Sería bueno preguntarse por qué, legislatura tras legislatura, se repite la escena de los escaños vacíos. Si lo hacemos, encontraremos mejor la respuesta en el funcionamiento ordinario del parlamentarismo moderno que en la moralidad laboral de los diputados. El objeto del discurso en la tribuna es más dejar constancia fidedigna de la posición del parlamentario y de su grupo en el Diario de Sesiones y en el registro videográfico de la Cámara, que un procedimiento deliberativo en sentido estricto. El debate en el Pleno es sólo la formalización pública de todo un trabajo previo, de un largo proceso de deliberación en el que es posible hacer lo que sería imposible hacer en una sesión plenaria.
Aunque a cualquier observador atento se le ocurrirían mejores objetivos políticos, ahora parece que toca encontrar la fórmula para llenar el hemiciclo todo el rato. Hay quienes, para ello, proponen reformar el reglamento. Otros, un paso más allá, proponen reformar el sistema electoral. Estos últimos argumentan que con un sistema electoral como el anglosajón las cosas serían muy distintas en nuestra vida política, y además el hemiciclo estaría todo el rato lleno.
Es bastante probable que introducir un sistema uninominal y mayoritario en nuestro ecosistema político tuviera un efecto tan nocivo como el que ha producido la introducción del foráneo mejillón cebra en el ecosistema de nuestros ríos. Aunque también es posible que no pasara nada, los electores españoles llevan 30 años votando igual las listas cerradas y bloqueadas del Congreso que las listas abiertas del Senado. Pero lo que es seguro es que tal reforma no conseguiría llenar el hemiciclo todo el rato.

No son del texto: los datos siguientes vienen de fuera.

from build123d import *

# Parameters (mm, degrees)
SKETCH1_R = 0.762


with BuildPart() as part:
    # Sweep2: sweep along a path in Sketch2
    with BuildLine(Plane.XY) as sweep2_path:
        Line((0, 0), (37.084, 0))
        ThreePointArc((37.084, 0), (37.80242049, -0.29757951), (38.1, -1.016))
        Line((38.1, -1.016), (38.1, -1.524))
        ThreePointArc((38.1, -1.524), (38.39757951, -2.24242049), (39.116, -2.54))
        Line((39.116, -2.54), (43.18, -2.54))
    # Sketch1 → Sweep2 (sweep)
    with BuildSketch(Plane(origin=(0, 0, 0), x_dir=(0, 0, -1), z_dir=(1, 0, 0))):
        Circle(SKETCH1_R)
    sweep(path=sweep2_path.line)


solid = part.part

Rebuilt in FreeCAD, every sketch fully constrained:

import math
import FreeCAD as App
import Part
import Sketcher
Q = App.Units.Quantity

doc = App.newDocument("Part")
body = doc.addObject("PartDesign::Body", "Body")

# Sketch on YZ plane
sketch1 = body.newObject("Sketcher::SketchObject", "Sketch")
sketch1.AttachmentSupport = (doc.getObject("YZ_Plane"), [""])
sketch1.MapMode = "FlatFace"
sketch1.addGeometry(Part.Circle(App.Vector(0, 0, 0), App.Vector(0, 0, 1), 0.762), False)
sketch1.addConstraint([
    Sketcher.Constraint("Coincident", 0, 3, -1, 1),
    Sketcher.Constraint("Diameter", 0, Q("0.06 in")),
])

# Sketch on XY plane
sketch2 = body.newObject("Sketcher::SketchObject", "Sketch001")
sketch2.AttachmentSupport = (doc.getObject("XY_Plane"), [""])
sketch2.MapMode = "FlatFace"
sketch2.addGeometry([
    Part.LineSegment(App.Vector(0, 0, 0), App.Vector(37.084, 0, 0)),  # 0
    Part.ArcOfCircle(Part.Circle(App.Vector(37.084, -1.016, 0), App.Vector(0, 0, 1), 1.016), math.radians(0), math.radians(90)),  # 1
    Part.LineSegment(App.Vector(38.1, -1.016, 0), App.Vector(38.1, -1.524, 0)),  # 2
    Part.ArcOfCircle(Part.Circle(App.Vector(39.116, -1.524, 0), App.Vector(0, 0, 1), 1.016), math.radians(180), math.radians(270)),  # 3
    Part.LineSegment(App.Vector(39.116, -2.54, 0), App.Vector(43.18, -2.54, 0)),  # 4
], False)
sketch2.addConstraint([
    Sketcher.Constraint("Tangent", 0, 2, 1, 2),
    Sketcher.Constraint("Tangent", 1, 1, 2, 1),
    Sketcher.Constraint("Tangent", 2, 2, 3, 1),
    Sketcher.Constraint("Tangent", 3, 2, 4, 1),
    Sketcher.Constraint("Horizontal", 0),
    Sketcher.Constraint("Vertical", 2),
    Sketcher.Constraint("Horizontal", 4),
    Sketcher.Constraint("Coincident", 0, 1, -1, 1),
    Sketcher.Constraint("Equal", 1, 3),
    Sketcher.Constraint("Radius", 1, Q("0.04 in")),
    Sketcher.Constraint("DistanceX", 0, 1, 0, 2, Q("1.46 in")),
    Sketcher.Constraint("DistanceX", 4, 1, 4, 2, Q("0.16 in")),
    Sketcher.Constraint("DistanceY", 2, 2, 2, 1, Q("0.02 in")),
])
doc.recompute()

additivepipe = body.newObject("PartDesign::AdditivePipe", "AdditivePipe")
additivepipe.Profile = sketch1
additivepipe.Spine = (sketch2, ["Edge1", "Edge2", "Edge3", "Edge4", "Edge5"])

doc.recompute()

En su libro La audacia de la esperanza, el presidente Obama escribe: "aparte de los pocos minutos que llevan las votaciones, mis colegas y yo pasamos poco tiempo en la sala del Senado (...). Para cuando llegamos a la sala y el secretario empieza a pasar lista, todos los senadores han decidido ya –tras consultar con su gabinete, el líder de su caucus, cabilderos preferidos, grupos de interés, correos de los electores y tendencias ideológicas– cómo van a votar". Tras describir la imagen habitual de un senador hablando en un salón de plenos casi desierto concluye de manera literaria: "En el cuerpo deliberativo más importante del mundo, nadie escucha".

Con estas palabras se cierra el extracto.